La catastrophe de Fukushima entrée dans sa deuxième année, il se confirme que la centrale reste vulnérable aux événements climatiques et sismiques, dans un pays où ils sont nombreux et violents. En premier lieu parce que ses installations ont déjà été très éprouvées, aux dommages impressionnants visibles pouvant s’ajouter d’autres qui ne sont pas apparents et affectent les structures. En second parce que les installations de secours, improvisées, se révèlent fragiles. Notamment les très nombreux tuyaux assurant la circulation de l’eau de refroidissement des réacteurs et des piscines. Or, ce provisoire est destiné à durer de très nombreuses années.

Il se vérifie également que la centrale continue d’être à l’origine d’une importante pollution radioactive de son environnement, aux effets cumulatifs, en particulier en raison des masses d’eau radioactive de refroidissement des réacteurs qui ne sont que partiellement décontaminées ou stockées et se répandent dans les sous-sols techniques et dans le sol, une partie se déversant finalement dans la mer. L’image du circuit fermé s’estompe, celle de la bouilloire qui fuit s’impose.

Douze tonnes d’eau contaminée se sont ainsi partiellement répandues dans la mer, le 5 avril, à la suite de la rupture d’un joint de canalisation. Parmi les autres dysfonctionnement récents : la panne des systèmes d’injection d’azote dans les enceintes des réacteurs, afin de prévenir de nouvelles explosions dévastatrices d’hydrogène. Il a fallu d’urgence y suppléer après un arrêt de plus d’une heure et demie.

Les tentatives de mieux cerner la situation au sein d’installations en état critique rencontrent de nombreux obstacles, en raison d’un haut niveau de radioactivité au sein des réacteurs qui proscrit non seulement les interventions humaines, sauf quelques rapides incursions dans des secteurs délimités, mais également celles d’équipements qui ne résistent pas longtemps aux conditions extrêmes régnantes .

L’inventaire de l’existant reste donc très sommaire, tendant à faire apparaître une dégradation de la situation, soit par rapport à des observations précédentes, soit par rapport aux prévisions. Il en est par exemple de l’absence de visibilité au sein de la piscine n°4, qui dans l’état rendrait impossible toute tentative d’enlèvement du combustible nucléaire, ou bien du niveau bas inquiétant de l’eau de refroidissement dans le réacteur n°2 (60 centimètres seulement), avec pour conséquence une élévation de la température, dont l’origine a été incriminée dans un premier temps à une panne de certains instruments de mesure. Les trois réacteurs sont le siège de phénomènes dont seuls les effets peuvent se faire sentir et qui restent largement méconnus.
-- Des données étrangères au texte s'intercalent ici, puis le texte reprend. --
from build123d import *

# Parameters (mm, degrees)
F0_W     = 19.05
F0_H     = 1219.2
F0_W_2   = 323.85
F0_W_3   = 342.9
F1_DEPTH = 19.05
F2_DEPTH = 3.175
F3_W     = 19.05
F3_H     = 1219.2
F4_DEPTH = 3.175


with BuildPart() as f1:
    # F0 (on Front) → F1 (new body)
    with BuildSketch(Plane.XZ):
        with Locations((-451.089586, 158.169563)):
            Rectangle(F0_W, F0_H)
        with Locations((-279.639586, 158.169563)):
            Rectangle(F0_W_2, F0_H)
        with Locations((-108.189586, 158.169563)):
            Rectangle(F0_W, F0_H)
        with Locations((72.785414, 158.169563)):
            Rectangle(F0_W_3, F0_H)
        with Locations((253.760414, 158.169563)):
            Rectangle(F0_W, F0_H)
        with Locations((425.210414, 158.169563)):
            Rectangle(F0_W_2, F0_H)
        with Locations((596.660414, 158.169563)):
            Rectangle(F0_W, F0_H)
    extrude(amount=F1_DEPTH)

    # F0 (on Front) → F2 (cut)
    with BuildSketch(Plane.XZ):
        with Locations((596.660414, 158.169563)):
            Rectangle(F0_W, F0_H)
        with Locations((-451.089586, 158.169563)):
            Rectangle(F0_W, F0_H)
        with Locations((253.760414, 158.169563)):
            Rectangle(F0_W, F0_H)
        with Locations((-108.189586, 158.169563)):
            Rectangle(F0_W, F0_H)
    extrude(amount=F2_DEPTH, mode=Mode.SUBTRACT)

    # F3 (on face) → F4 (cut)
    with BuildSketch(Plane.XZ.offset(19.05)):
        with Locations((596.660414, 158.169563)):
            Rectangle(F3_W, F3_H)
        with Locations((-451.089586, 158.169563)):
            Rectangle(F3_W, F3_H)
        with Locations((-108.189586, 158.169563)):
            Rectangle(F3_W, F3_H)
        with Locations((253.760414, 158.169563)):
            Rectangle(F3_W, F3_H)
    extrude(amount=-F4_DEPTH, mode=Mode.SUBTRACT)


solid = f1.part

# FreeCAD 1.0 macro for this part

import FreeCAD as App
import Part
import Sketcher

V = App.Vector
Q = App.Units.Quantity


def add_polygon(sketch, points):
    """Adds a closed chain of lines whose ends are joined by coincident constraints."""
    first, n = sketch.GeometryCount, len(points)
    for a, b in zip(points, points[1:] + points[:1]):
        sketch.addGeometry(Part.LineSegment(App.Vector(*a, 0), App.Vector(*b, 0)), False)
    for i in range(n):
        sketch.addConstraint(Sketcher.Constraint("Coincident", first + i, 2, first + (i + 1) % n, 1))

doc = App.newDocument("Part")
body = doc.addObject("PartDesign::Body", "Body")

sketch1 = doc.addObject("Sketcher::SketchObject", "Sketch")
body.addObject(sketch1)
sketch1.AttachmentSupport = (doc.XZ_Plane, [""])
sketch1.MapMode = "FlatFace"
add_polygon(sketch1, [(-460.614586, 767.769563), (-460.614586, -451.430437), (606.185414, -451.430437), (606.185414, 767.769563)])
sketch1.addConstraint(Sketcher.Constraint("Vertical", 0))
sketch1.addConstraint(Sketcher.Constraint("Horizontal", 1))
sketch1.addConstraint(Sketcher.Constraint("Vertical", 2))
sketch1.addConstraint(Sketcher.Constraint("Horizontal", 3))
sketch1.addConstraint(Sketcher.Constraint("DistanceX", 1, 1, 1, 2, Q("42 in")))
sketch1.addConstraint(Sketcher.Constraint("DistanceY", 0, 2, 0, 1, Q("48 in")))
sketch1.addConstraint(Sketcher.Constraint("DistanceX", 0, 2, -1, 1, Q("460.614586 mm")))
sketch1.addConstraint(Sketcher.Constraint("DistanceY", 0, 2, -1, 1, Q("451.430437 mm")))
pad1 = doc.addObject("PartDesign::Pad", "Pad")
body.addObject(pad1)
pad1.Profile = sketch1
pad1.Length = Q("0.75 in")

sketch2 = doc.addObject("Sketcher::SketchObject", "Sketch001")
body.addObject(sketch2)
sketch2.AttachmentSupport = (doc.XZ_Plane, [""])
sketch2.MapMode = "FlatFace"
add_polygon(sketch2, [(587.135414, 767.769563), (587.135414, -451.430437), (606.185414, -451.430437), (606.185414, 767.769563)])
add_polygon(sketch2, [(-460.614586, 767.769563), (-460.614586, -451.430437), (-441.564586, -451.430437), (-441.564586, 767.769563)])
add_polygon(sketch2, [(244.235414, 767.769563), (244.235414, -451.430437), (263.285414, -451.430437), (263.285414, 767.769563)])
add_polygon(sketch2, [(-117.714586, 767.769563), (-117.714586, -451.430437), (-98.664586, -451.430437), (-98.664586, 767.769563)])
sketch2.addConstraint(Sketcher.Constraint("Vertical", 0))
sketch2.addConstraint(Sketcher.Constraint("Horizontal", 1))
sketch2.addConstraint(Sketcher.Constraint("Vertical", 2))
sketch2.addConstraint(Sketcher.Constraint("Horizontal", 3))
sketch2.addConstraint(Sketcher.Constraint("Vertical", 4))
sketch2.addConstraint(Sketcher.Constraint("Horizontal", 5))
sketch2.addConstraint(Sketcher.Constraint("Vertical", 6))
sketch2.addConstraint(Sketcher.Constraint("Horizontal", 7))
sketch2.addConstraint(Sketcher.Constraint("Vertical", 8))
sketch2.addConstraint(Sketcher.Constraint("Horizontal", 9))
sketch2.addConstraint(Sketcher.Constraint("Vertical", 10))
sketch2.addConstraint(Sketcher.Constraint("Horizontal", 11))
sketch2.addConstraint(Sketcher.Constraint("Vertical", 12))
sketch2.addConstraint(Sketcher.Constraint("Horizontal", 13))
sketch2.addConstraint(Sketcher.Constraint("Vertical", 14))
sketch2.addConstraint(Sketcher.Constraint("Horizontal", 15))
sketch2.addConstraint(Sketcher.Constraint("Horizontal", 1, 2, 4, 2))
sketch2.addConstraint(Sketcher.Constraint("Horizontal", 3, 2, 6, 2))
sketch2.addConstraint(Sketcher.Constraint("Horizontal", 5, 2, 8, 2))
sketch2.addConstraint(Sketcher.Constraint("Horizontal", 7, 2, 10, 2))
sketch2.addConstraint(Sketcher.Constraint("Horizontal", 9, 2, 12, 2))
sketch2.addConstraint(Sketcher.Constraint("Horizontal", 11, 2, 14, 2))
sketch2.addConstraint(Sketcher.Constraint("Equal", 3, 5))
sketch2.addConstraint(Sketcher.Constraint("Equal", 7, 9))
sketch2.addConstraint(Sketcher.Constraint("Equal", 11, 13))
sketch2.addConstraint(Sketcher.Constraint("DistanceY", 0, 2, 0, 1, Q("48 in")))
sketch2.addConstraint(Sketcher.Constraint("DistanceX", 4, 2, 1, 2, Q("42 in")))
sketch2.addConstraint(Sketcher.Constraint("DistanceX", 5, 2, 8, 2, Q("27 in")))
sketch2.addConstraint(Sketcher.Constraint("DistanceX", 12, 2, 9, 2, Q("15 in")))
sketch2.addConstraint(Sketcher.Constraint("DistanceX", 14, 2, 3, 2, Q("27 in")))
sketch2.addConstraint(Sketcher.Constraint("DistanceX", -1, 1, 0, 2, Q("587.135414 mm")))
sketch2.addConstraint(Sketcher.Constraint("DistanceY", 0, 2, -1, 1, Q("451.430437 mm")))
pocket1 = doc.addObject("PartDesign::Pocket", "Pocket")
body.addObject(pocket1)
pocket1.Profile = sketch2
pocket1.Length = Q("0.125 in")
pocket1.Reversed = True

sketch3 = doc.addObject("Sketcher::SketchObject", "Sketch002")
body.addObject(sketch3)
sketch3.AttachmentSupport = (doc.XZ_Plane, [""])
sketch3.MapMode = "FlatFace"
sketch3.AttachmentOffset = App.Placement(V(0, 0, 0.75 * 25.4), App.Rotation())
add_polygon(sketch3, [(587.135414, 767.769563), (587.135414, -451.430437), (606.185414, -451.430437), (606.185414, 767.769563)])
add_polygon(sketch3, [(-460.614586, 767.769563), (-460.614586, -451.430437), (-441.564586, -451.430437), (-441.564586, 767.769563)])
add_polygon(sketch3, [(-117.714586, 767.769563), (-117.714586, -451.430437), (-98.664586, -451.430437), (-98.664586, 767.769563)])
add_polygon(sketch3, [(244.235414, 767.769563), (244.235414, -451.430437), (263.285414, -451.430437), (263.285414, 767.769563)])
sketch3.addConstraint(Sketcher.Constraint("Vertical", 0))
sketch3.addConstraint(Sketcher.Constraint("Horizontal", 1))
sketch3.addConstraint(Sketcher.Constraint("Vertical", 2))
sketch3.addConstraint(Sketcher.Constraint("Horizontal", 3))
sketch3.addConstraint(Sketcher.Constraint("Vertical", 4))
sketch3.addConstraint(Sketcher.Constraint("Horizontal", 5))
sketch3.addConstraint(Sketcher.Constraint("Vertical", 6))
sketch3.addConstraint(Sketcher.Constraint("Horizontal", 7))
sketch3.addConstraint(Sketcher.Constraint("Vertical", 8))
sketch3.addConstraint(Sketcher.Constraint("Horizontal", 9))
sketch3.addConstraint(Sketcher.Constraint("Vertical", 10))
sketch3.addConstraint(Sketcher.Constraint("Horizontal", 11))
sketch3.addConstraint(Sketcher.Constraint("Vertical", 12))
sketch3.addConstraint(Sketcher.Constraint("Horizontal", 13))
sketch3.addConstraint(Sketcher.Constraint("Vertical", 14))
sketch3.addConstraint(Sketcher.Constraint("Horizontal", 15))
sketch3.addConstraint(Sketcher.Constraint("Horizontal", 1, 2, 4, 2))
sketch3.addConstraint(Sketcher.Constraint("Horizontal", 3, 2, 6, 2))
sketch3.addConstraint(Sketcher.Constraint("Horizontal", 5, 2, 8, 2))
sketch3.addConstraint(Sketcher.Constraint("Horizontal", 7, 2, 10, 2))
sketch3.addConstraint(Sketcher.Constraint("Horizontal", 9, 2, 12, 2))
sketch3.addConstraint(Sketcher.Constraint("Horizontal", 11, 2, 14, 2))
sketch3.addConstraint(Sketcher.Constraint("Equal", 3, 5))
sketch3.addConstraint(Sketcher.Constraint("Equal", 7, 9))
sketch3.addConstraint(Sketcher.Constraint("Equal", 11, 13))
sketch3.addConstraint(Sketcher.Constraint("DistanceY", 0, 2, 0, 1, Q("48 in")))
sketch3.addConstraint(Sketcher.Constraint("DistanceX", 4, 2, 1, 2, Q("42 in")))
sketch3.addConstraint(Sketcher.Constraint("DistanceX", 9, 2, 0, 2, Q("27 in")))
sketch3.addConstraint(Sketcher.Constraint("DistanceX", 5, 2, 12, 2, Q("27 in")))
sketch3.addConstraint(Sketcher.Constraint("DistanceX", 8, 2, 13, 2, Q("15 in")))
sketch3.addConstraint(Sketcher.Constraint("DistanceX", -1, 1, 0, 2, Q("587.135414 mm")))
sketch3.addConstraint(Sketcher.Constraint("DistanceY", 0, 2, -1, 1, Q("451.430437 mm")))
pocket2 = doc.addObject("PartDesign::Pocket", "Pocket001")
body.addObject(pocket2)
pocket2.Profile = sketch3
pocket2.Length = Q("0.125 in")

doc.recompute()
Cette situation illustre on ne peut plus clairement la nature des difficultés qui vont devoir être surmontées quand il s’agira de commencer d’abord l’enlèvement du combustible nucléaire, puis le démantèlement de la centrale, pour lesquels un calendrier purement estimatif a été fourni à la va-vite, qui s’étale sur des décennies. Il va falloir commencer par concevoir les outils techniques qui permettront d’y procéder, et élaborer les procédures qui devront être suivies. Tout reste à inventer, sans certitude sur la possibilité de trouver des solutions pour les questions les plus épineuses.
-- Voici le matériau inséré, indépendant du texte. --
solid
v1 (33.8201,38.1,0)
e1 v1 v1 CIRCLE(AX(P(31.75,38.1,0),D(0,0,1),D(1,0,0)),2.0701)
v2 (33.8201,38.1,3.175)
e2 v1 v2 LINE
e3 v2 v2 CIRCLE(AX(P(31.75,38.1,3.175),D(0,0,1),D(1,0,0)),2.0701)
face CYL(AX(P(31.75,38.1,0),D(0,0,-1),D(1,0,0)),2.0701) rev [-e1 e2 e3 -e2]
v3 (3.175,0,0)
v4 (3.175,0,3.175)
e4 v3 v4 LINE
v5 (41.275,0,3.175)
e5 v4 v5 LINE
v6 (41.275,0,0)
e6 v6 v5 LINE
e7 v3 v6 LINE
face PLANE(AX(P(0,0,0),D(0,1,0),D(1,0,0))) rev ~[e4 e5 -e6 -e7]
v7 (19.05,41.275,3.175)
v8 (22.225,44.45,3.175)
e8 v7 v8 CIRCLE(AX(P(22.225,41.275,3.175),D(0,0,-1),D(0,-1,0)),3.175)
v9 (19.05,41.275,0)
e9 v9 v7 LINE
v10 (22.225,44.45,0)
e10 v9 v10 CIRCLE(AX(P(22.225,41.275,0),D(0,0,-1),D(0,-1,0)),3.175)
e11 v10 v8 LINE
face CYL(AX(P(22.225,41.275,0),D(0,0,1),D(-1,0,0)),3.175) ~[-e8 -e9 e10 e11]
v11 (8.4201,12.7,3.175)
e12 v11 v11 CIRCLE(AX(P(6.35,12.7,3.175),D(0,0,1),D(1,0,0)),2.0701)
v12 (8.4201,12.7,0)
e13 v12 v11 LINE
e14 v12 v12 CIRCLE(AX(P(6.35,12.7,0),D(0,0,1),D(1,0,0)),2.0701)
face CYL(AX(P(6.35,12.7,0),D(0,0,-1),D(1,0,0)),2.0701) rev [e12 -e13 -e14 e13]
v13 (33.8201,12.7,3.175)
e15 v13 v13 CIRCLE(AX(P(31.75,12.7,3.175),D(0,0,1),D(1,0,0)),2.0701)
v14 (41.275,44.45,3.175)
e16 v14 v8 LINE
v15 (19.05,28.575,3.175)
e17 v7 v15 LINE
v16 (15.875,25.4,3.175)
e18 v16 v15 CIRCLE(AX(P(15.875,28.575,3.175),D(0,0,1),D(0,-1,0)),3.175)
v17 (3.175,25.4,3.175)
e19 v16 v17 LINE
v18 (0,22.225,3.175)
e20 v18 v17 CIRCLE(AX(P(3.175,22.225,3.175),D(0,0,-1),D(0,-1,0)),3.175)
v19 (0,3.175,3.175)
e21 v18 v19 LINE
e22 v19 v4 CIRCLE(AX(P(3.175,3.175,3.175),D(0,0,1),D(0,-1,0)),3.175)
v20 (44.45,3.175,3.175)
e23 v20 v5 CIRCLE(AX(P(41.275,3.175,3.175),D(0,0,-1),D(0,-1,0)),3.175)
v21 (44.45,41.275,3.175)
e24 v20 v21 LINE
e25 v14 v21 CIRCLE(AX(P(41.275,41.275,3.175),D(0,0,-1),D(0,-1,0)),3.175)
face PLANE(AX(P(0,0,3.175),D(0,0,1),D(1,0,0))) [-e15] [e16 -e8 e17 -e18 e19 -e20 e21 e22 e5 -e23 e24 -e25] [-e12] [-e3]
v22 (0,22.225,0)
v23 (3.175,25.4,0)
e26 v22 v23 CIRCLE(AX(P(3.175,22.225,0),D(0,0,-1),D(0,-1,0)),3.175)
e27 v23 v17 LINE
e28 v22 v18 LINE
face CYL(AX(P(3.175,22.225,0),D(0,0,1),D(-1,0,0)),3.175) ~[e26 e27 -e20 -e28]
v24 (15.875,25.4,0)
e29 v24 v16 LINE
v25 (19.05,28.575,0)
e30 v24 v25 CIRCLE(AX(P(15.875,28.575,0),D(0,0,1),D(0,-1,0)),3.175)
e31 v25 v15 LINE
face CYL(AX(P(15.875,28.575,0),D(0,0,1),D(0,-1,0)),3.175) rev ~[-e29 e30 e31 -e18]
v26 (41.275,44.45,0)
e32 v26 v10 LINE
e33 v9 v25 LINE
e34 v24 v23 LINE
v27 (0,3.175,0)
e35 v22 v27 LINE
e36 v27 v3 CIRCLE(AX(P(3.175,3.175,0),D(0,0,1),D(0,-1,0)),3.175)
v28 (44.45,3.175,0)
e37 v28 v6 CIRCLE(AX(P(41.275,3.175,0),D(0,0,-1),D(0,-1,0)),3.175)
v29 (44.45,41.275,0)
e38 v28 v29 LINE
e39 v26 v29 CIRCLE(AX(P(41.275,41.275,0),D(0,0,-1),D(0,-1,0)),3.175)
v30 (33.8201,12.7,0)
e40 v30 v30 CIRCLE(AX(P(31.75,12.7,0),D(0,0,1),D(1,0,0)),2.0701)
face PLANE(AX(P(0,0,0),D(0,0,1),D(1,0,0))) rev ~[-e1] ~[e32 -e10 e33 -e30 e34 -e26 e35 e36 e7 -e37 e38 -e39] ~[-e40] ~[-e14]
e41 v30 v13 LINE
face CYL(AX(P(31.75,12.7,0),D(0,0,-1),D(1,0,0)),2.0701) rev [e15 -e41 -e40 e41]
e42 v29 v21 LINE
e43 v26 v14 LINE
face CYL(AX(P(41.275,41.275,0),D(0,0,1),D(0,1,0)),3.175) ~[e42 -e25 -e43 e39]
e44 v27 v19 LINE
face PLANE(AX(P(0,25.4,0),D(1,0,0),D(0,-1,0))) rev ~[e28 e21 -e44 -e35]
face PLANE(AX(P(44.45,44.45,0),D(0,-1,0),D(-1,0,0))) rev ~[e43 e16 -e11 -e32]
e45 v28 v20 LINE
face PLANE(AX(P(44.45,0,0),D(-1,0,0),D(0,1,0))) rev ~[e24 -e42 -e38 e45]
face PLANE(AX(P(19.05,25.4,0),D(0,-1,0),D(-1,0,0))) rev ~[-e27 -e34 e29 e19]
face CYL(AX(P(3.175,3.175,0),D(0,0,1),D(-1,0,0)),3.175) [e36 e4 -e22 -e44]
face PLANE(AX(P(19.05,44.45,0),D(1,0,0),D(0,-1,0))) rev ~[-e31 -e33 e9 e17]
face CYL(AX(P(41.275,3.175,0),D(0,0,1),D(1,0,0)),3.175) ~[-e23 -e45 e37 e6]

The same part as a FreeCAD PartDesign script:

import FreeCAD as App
import Part
import Sketcher

V = App.Vector
Q = App.Units.Quantity


def edges_at(feature, points):
    """Names of the edges that pass closest to the given points."""
    edges = feature.Shape.Edges
    near = lambda p: min(range(len(edges)), key=lambda i: edges[i].distToShape(Part.Vertex(*p))[0])
    return sorted({f"Edge{near(p) + 1}" for p in points})


def add_polygon(sketch, points):
    """Adds a closed chain of lines whose ends are joined by coincident constraints."""
    first, n = sketch.GeometryCount, len(points)
    for a, b in zip(points, points[1:] + points[:1]):
        sketch.addGeometry(Part.LineSegment(App.Vector(*a, 0), App.Vector(*b, 0)), False)
    for i in range(n):
        sketch.addConstraint(Sketcher.Constraint("Coincident", first + i, 2, first + (i + 1) % n, 1))

doc = App.newDocument("Part")
params = doc.addObject("Spreadsheet::Sheet", "Params")
for row, (alias, value) in enumerate([
    ("sketch1_width", "1 in"),
    ("sketch1_diameter", "0.163 in"),
    ("sketch1_width2", "1.75 in"),
    ("pad1_length", "0.125 in"),
    ("fillet_radius", "0.125 in"),
], start=1):
    params.set(f"A{row}", alias)
    params.set(f"B{row}", "=" + value)
    params.setAlias(f"B{row}", alias)

body = doc.addObject("PartDesign::Body", "Body")

# Sketch on XY plane
sketch1 = doc.addObject("Sketcher::SketchObject", "Sketch")
body.addObject(sketch1)
sketch1.AttachmentSupport = (doc.XY_Plane, [""])
sketch1.MapMode = "FlatFace"
add_polygon(sketch1, [(0, 25.4), (0, 0), (44.5, 0), (44.5, 44.5), (19.1, 44.5), (19.1, 25.4)])  # lines 0-5
sketch1.addGeometry(Part.Circle(V(6.3, 12.7, 0), V(0, 0, 1), 2.1), False)  # 6
sketch1.addGeometry(Part.Circle(V(31.8, 12.7, 0), V(0, 0, 1), 2.1), False)  # 7
sketch1.addGeometry(Part.Circle(V(31.8, 38.1, 0), V(0, 0, 1), 2.1), False)  # 8
sketch1.addConstraint([
    Sketcher.Constraint("Vertical", 0),
    Sketcher.Constraint("Horizontal", 1),
    Sketcher.Constraint("Vertical", 2),
    Sketcher.Constraint("Horizontal", 3),
    Sketcher.Constraint("Vertical", 4),
    Sketcher.Constraint("Horizontal", 5),
    Sketcher.Constraint("Coincident", 0, 2, -1, 1),
    Sketcher.Constraint("Equal", 6, 7),
    Sketcher.Constraint("Equal", 7, 8),
    Sketcher.Constraint("Horizontal", 6, 3, 7, 3),
    Sketcher.Constraint("Vertical", 7, 3, 8, 3),
    Sketcher.Constraint("Equal", 3, 0),
    Sketcher.Constraint("Equal", 1, 2),
    Sketcher.Constraint("DistanceX", 3, 2, 3, 1, Q("1 in")),
    Sketcher.Constraint("Diameter", 6, Q("0.163 in")),
    Sketcher.Constraint("DistanceX", 6, 3, 7, 3, Q("1 in")),
    Sketcher.Constraint("DistanceY", 7, 3, 8, 3, Q("1 in")),
    Sketcher.Constraint("DistanceX", 1, 1, 1, 2, Q("1.75 in")),
    Sketcher.Constraint("DistanceY", -1, 1, 6, 3, Q("0.5 in")),
    Sketcher.Constraint("DistanceX", 7, 3, 1, 2, Q("0.5 in")),
])
sketch1.setExpression("Constraints[19]", "Params.sketch1_width")
sketch1.setExpression("Constraints[20]", "Params.sketch1_diameter")
sketch1.setExpression("Constraints[23]", "Params.sketch1_width2")
pad1 = doc.addObject("PartDesign::Pad", "Pad")
body.addObject(pad1)
pad1.Profile = sketch1
pad1.setExpression("Length", "Params.pad1_length")
doc.recompute()

fillet = doc.addObject("PartDesign::Fillet", "Fillet")
body.addObject(fillet)
fillet.Base = (pad1, edges_at(pad1, [
    (19.05, 25.4, 1.587),
    (0, 25.4, 1.587),
    (0, 0, 1.587),
    (44.45, 0, 1.587),
    (44.45, 44.45, 1.587),
    (19.05, 44.45, 1.587),
]))
fillet.setExpression("Radius", "Params.fillet_radius")

doc.recompute()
Ce tableau est déjà assez inquiétant, en raison des risques de dérapage de la situation et d’une manière générale des incertitudes qui se multiplient. Mais il doit y être ajouté pour le compléter l’inconnue majeure que représentent les trois coriums, le mot même étant tabou pour l’opérateur Tepco, ce qui n’est pour le moins pas signe de transparence. Le début des investigations au sein du réacteur n°2, rendu possible car c’est celui où la radioactivité est la moins élevée, tend à montrer que le corium a effectivement percé non seulement la cuve du réacteur mais également celle du confinement et qu’il doit s’être répandu sur la semelle de béton, dernière protection avant le sol sur lequel repose la centrale, selon toute probabilité elle-même attaquée. On comprendrait mal, sinon, la contradiction relevée entre la température modérée et le faible niveau de l’eau de refroidissement dans l’enceinte de confinement, étant donné celle du corium s’il était présent.
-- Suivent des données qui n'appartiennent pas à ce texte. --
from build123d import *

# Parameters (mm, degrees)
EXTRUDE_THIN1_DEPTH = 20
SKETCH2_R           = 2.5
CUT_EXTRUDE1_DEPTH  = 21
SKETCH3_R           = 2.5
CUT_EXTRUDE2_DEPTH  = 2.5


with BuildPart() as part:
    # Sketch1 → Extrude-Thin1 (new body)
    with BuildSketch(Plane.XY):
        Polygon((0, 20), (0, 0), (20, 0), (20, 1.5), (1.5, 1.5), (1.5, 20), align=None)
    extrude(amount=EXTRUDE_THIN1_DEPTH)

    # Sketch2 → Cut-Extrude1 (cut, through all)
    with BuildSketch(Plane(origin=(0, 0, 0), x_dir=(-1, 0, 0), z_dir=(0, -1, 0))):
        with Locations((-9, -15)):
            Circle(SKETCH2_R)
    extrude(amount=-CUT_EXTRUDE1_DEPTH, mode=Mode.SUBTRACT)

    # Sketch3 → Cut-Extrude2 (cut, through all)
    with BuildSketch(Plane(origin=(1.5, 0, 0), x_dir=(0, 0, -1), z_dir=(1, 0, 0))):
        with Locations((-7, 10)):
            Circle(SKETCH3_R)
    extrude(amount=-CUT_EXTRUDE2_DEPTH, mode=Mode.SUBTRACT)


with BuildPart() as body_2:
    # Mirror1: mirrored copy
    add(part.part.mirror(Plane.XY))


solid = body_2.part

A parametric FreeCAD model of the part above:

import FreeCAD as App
import Part
import Sketcher

doc = App.newDocument("Part")
body = doc.addObject("PartDesign::Body", "Body")

# Sketch on XY plane
sketch1 = body.newObject("Sketcher::SketchObject", "Sketch")
sketch1.AttachmentSupport = (doc.getObject("XY_Plane"), [""])
sketch1.MapMode = "FlatFace"
sketch1.addGeometry([
    Part.LineSegment(App.Vector(0, 20, 0), App.Vector(0, 0, 0)),  # 0
    Part.LineSegment(App.Vector(0, 0, 0), App.Vector(20, 0, 0)),  # 1
    Part.LineSegment(App.Vector(20, 0, 0), App.Vector(20, 1.5, 0)),  # 2
    Part.LineSegment(App.Vector(20, 1.5, 0), App.Vector(1.5, 1.5, 0)),  # 3
    Part.LineSegment(App.Vector(1.5, 1.5, 0), App.Vector(1.5, 20, 0)),  # 4
    Part.LineSegment(App.Vector(1.5, 20, 0), App.Vector(0, 20, 0)),  # 5
], False)
sketch1.addConstraint([
    Sketcher.Constraint("Coincident", 0, 2, 1, 1),
    Sketcher.Constraint("Coincident", 1, 2, 2, 1),
    Sketcher.Constraint("Coincident", 2, 2, 3, 1),
    Sketcher.Constraint("Coincident", 3, 2, 4, 1),
    Sketcher.Constraint("Coincident", 4, 2, 5, 1),
    Sketcher.Constraint("Coincident", 5, 2, 0, 1),
    Sketcher.Constraint("Vertical", 0),
    Sketcher.Constraint("Horizontal", 1),
    Sketcher.Constraint("Vertical", 2),
    Sketcher.Constraint("Horizontal", 3),
    Sketcher.Constraint("Vertical", 4),
    Sketcher.Constraint("Horizontal", 5),
    Sketcher.Constraint("Coincident", 0, 2, -1, 1),
    Sketcher.Constraint("Equal", 1, 0),
    Sketcher.Constraint("Equal", 5, 2),
    Sketcher.Constraint("DistanceX", 1, 1, 1, 2, 20.0),
    Sketcher.Constraint("DistanceX", 3, 2, 3, 1, 18.5),
])
pad1 = body.newObject("PartDesign::Pad", "Pad")
pad1.Profile = sketch1
pad1.Length = 20

# Sketch on XZ plane
sketch2 = body.newObject("Sketcher::SketchObject", "Sketch001")
sketch2.AttachmentSupport = (doc.getObject("XZ_Plane"), [""])
sketch2.MapMode = "FlatFace"
sketch2.addGeometry(Part.Circle(App.Vector(9, 15, 0), App.Vector(0, 0, 1), 2.5), False)
sketch2.addConstraint([
    Sketcher.Constraint("Diameter", 0, 5.0),
    Sketcher.Constraint("DistanceX", -1, 1, 0, 3, 9.0),
    Sketcher.Constraint("DistanceY", -1, 1, 0, 3, 15.0),
])
pocket1 = body.newObject("PartDesign::Pocket", "Pocket")
pocket1.Profile = sketch2
pocket1.Type = "ThroughAll"

# Sketch on YZ plane
sketch3 = body.newObject("Sketcher::SketchObject", "Sketch002")
sketch3.AttachmentSupport = (doc.getObject("YZ_Plane"), [""])
sketch3.MapMode = "FlatFace"
sketch3.AttachmentOffset = App.Placement(App.Vector(0, 0, 1.5), App.Rotation())
sketch3.addGeometry(Part.Circle(App.Vector(10, 7, 0), App.Vector(0, 0, 1), 2.5), False)
sketch3.addConstraint([
    Sketcher.Constraint("Diameter", 0, 5.0),
    Sketcher.Constraint("DistanceX", -1, 1, 0, 3, 10.0),
    Sketcher.Constraint("DistanceY", -1, 1, 0, 3, 7.0),
])
pocket2 = body.newObject("PartDesign::Pocket", "Pocket001")
pocket2.Profile = sketch3
pocket2.Type = "ThroughAll"
body2 = doc.addObject("PartDesign::Body", "Body001")
doc.recompute()

mirroring = doc.addObject("Part::Mirroring", "Mirroring")
mirroring.Source = body
mirroring.Base = App.Vector(0, 0, 0)
mirroring.Normal = App.Vector(0, 0, 1)
body2.BaseFeature = mirroring
doc.recompute()
body.Visibility = False
mirroring.Visibility = False

doc.recompute()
Une telle situation est totalement inédite dans l’histoire de l’industrie nucléaire, expliquant qu’elle soit l’objet d’une totale rétention d’information, si tant est d’ailleurs que l’opérateur en dispose de fiable. Le danger ne provient pas seulement de ce que l’on appelle le « syndrome chinois » – l’enfoncement progressif du corium dans le sol – mais de son contact avec les masses d’eau utilisées pour refroidir le réacteur, qui se répandent elles aussi d’une manière non maitrisée, le contact de l’un avec les autres étant susceptible de provoquer des explosions et dégagements de radioactivité importants. Il n’est d’ailleurs pas exclu que cela ait été le cas à une échelle restée limitée au sein de la piscine torique du réacteur n°2, le 15 mars dernier.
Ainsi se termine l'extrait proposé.